Was ist Kreislaufwirtschaft und welchen Umweltnutzen hat sie?
Kreislaufwirtschaft ist ein Gegenentwurf zu dem, wie wir momentan vorwiegend wirtschaften, nämlich linear. In der linearen Wirtschaft entnehmen wir der Umwelt Ressourcen, stellen daraus Produkte her, verkaufen sie, um sie nach einer häufig kurzen Nutzungsdauer zu entsorgen. In einer Kreislaufwirtschaft werden Produkte und Gebäude ressourcenschonend gestaltet bzw. gebaut und möglichst lange genutzt. Sie werden geteilt, wiederverwendet, repariert, wiederaufbereitet und erst recycelt, wenn das Produkt nicht mehr länger genutzt werden kann. So wird Material zurückgewonnen. Gelingt es uns, Material- und Produktekreisläufe zu schliessen, bleiben Rohstoffe für künftige Generationen erhalten, wir schonen das Klima und reduzieren die Abfallmenge. Davon profitiert sowohl die Umwelt als auch die Schweizer Volkswirtschaft.
Schweizer KMU: erfolgreich durch Kreislaufwirtschaft
Ein weiterer Erfolgsfaktor von Rework ist, physisch präsent zu sein. Ihre Geschäfte liegen an einer repräsentativen Lage. «Die Vitrine ist das beste Marketing», meint Kaspar Schlaeppi dazu, «wären unsere Läden in Seitenstrassen, wäre der Effekt nicht gleich». Das Ziel: Nachhaltig konsumieren wird durch gute Standorte ähnlich einfach wie das gewohnte Shopping.
Rework bereitet alte Kleidung auf. Das Wiederaufbereiten ist ein Geschäftsmodell der Kreislaufwirtschaft. Zusammen mit dem Wiederverwenden, dem Reparieren und dem Teilen zählt es zu den Bereichen, in denen am meisten Ressourcen geschont werden. Erst dann kommt das Recycling. Bei diesen zirkulären Geschäftsmodellen zielt ein Unternehmen darauf ab, sein Geld zu verdienen, in dem es Produktkreisläufe schliesst. Das schont die Umwelt, denn es spart nicht nur Ressourcen sowie Energie, sondern verkleinert auch Abfallberge und den CO2-Fussabdruck.
Fasern produzieren und Stoffe herstellen verbraucht am meisten Energie
«Wiederaufbereiten ist viel besser als Recycling», findet auch Kaspar Schlaeppi.

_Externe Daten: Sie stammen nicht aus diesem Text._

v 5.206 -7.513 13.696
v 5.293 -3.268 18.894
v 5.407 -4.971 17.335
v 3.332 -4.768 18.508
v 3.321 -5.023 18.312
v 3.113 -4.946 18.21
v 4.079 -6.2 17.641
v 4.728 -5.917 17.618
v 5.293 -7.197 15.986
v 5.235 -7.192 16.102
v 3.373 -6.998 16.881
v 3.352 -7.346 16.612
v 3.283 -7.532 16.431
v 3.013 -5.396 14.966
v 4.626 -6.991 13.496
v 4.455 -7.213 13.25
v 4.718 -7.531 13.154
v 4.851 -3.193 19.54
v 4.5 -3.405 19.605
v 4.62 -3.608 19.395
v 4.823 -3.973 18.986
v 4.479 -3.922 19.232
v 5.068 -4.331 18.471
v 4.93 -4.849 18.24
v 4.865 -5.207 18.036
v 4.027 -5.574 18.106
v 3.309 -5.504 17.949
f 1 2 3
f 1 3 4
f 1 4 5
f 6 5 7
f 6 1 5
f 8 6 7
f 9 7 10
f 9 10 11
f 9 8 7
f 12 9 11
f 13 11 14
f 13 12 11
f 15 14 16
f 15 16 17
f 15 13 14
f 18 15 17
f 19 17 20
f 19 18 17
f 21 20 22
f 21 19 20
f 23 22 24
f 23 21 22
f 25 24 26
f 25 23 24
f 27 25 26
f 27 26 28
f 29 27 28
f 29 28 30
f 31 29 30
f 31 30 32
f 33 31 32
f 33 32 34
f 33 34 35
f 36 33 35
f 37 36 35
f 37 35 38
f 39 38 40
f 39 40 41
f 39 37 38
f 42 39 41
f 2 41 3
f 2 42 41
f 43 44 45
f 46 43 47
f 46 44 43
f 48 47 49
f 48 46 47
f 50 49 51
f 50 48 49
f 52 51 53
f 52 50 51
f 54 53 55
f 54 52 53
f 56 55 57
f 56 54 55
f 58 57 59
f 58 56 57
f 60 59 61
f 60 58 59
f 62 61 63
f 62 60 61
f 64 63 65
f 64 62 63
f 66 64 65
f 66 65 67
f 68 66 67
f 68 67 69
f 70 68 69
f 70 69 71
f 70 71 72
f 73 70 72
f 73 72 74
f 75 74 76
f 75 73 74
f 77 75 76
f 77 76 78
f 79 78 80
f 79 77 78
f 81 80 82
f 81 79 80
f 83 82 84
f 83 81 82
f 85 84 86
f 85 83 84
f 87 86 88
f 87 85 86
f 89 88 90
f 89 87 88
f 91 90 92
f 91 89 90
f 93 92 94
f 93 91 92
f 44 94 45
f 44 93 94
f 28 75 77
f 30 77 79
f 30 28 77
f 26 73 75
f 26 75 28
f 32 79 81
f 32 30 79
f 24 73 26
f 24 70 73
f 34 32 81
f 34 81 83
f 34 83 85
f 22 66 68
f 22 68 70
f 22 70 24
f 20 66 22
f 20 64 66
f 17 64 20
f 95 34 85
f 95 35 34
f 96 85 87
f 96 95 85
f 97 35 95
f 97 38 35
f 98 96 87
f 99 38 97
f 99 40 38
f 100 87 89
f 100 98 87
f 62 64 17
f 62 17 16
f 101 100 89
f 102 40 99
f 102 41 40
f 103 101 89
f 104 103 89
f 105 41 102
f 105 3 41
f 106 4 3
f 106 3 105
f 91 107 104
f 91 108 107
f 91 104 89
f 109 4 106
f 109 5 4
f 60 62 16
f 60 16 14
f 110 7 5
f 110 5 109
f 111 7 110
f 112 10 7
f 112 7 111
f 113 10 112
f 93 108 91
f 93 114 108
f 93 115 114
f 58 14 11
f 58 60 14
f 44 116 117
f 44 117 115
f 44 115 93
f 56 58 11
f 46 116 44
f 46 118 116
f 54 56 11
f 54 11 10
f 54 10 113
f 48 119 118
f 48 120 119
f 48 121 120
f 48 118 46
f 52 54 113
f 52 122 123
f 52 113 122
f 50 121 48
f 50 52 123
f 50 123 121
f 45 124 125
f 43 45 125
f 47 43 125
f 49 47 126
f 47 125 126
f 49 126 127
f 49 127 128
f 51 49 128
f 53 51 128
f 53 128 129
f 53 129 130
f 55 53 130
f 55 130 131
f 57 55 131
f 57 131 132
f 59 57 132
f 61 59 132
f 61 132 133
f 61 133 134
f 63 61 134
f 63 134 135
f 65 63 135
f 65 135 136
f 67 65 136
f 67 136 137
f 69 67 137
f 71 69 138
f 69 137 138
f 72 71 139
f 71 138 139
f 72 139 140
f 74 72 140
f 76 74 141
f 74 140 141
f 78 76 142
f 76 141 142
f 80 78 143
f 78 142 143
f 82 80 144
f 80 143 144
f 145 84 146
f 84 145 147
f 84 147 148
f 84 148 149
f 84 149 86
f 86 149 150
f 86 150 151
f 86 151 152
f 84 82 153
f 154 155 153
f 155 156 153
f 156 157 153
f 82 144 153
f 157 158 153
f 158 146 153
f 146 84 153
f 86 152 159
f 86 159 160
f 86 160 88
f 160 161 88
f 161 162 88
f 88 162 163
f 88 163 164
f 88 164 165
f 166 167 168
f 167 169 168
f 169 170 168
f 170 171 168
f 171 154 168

Studien zeigten, dass der grösste Ressourcenverbrauch bei der Herstellung von Kleidern ganz am Anfang bei der Produktion der Fasern und Stoffe passiert. Dieser Produktionsprozess fällt beim Wiederaufbereiten weg. «Der CO2-Ausstoss, der durch den Transport generiert wird, ist jedoch um ein Vielfaches kleiner als der, der bei der Produktion der Stoffe anfällt.»
Deswegen kann Rework auch die weiten Transportwege in Kauf nehmen. Das Umnähen der Secondhandkleider findet direkt in einem sogenannten Sortierwerk in Indien statt, wo Altkleider vorwiegend aus den USA in riesigen Massen weiterverarbeitet werden. Dort hat Rework ein eigenes Nähatelier mit cirka 40 Mitarbeiter:innen aufgebaut.
«Natürlich wäre es schön, wenn unsere Produktion hier in der Schweiz stattfinden könnte», meint Kaspar Schlaeppi, «aber da die Herstellung von Bekleidung weiterhin mit sehr viel Handarbeit verbunden ist, sind Hochlohnländer dazu nicht geeignet, denn will Rework eine Marke sein, die sich jeder leisten kann. Würden wir hier in der Schweiz produzieren, wären die Kosten so hoch, dass wir die Kleider nur im Luxussegment anbieten könnten». Um dem Vorwurf der Ausbeutung entgegen zu kommen, kommuniziert das KMU die Löhne transparent.
«Abfall ist eine Ressource am falschen Ort»
Kaspar Schlaeppi hat viele Jahre Erfahrung in der Branche und lebte mehrere Jahre in Asien. Er hat mittlerweile die richtigen Kontakte und Partner gefunden. Das sei nicht immer leicht gewesen, denn die Prozesse sind auch in Asien vorwiegend auf lineares Wirtschaften ausgerichtet. Ein Anfang ist gemacht. «Ich bin mir sicher, dass gerade ein Umdenken stattfindet. Abfall wird nicht mehr einfach als Abfall betrachtet, sondern mehr und mehr als eine Ressource, die genutzt werden kann» schliesst Kaspar Schlaeppi.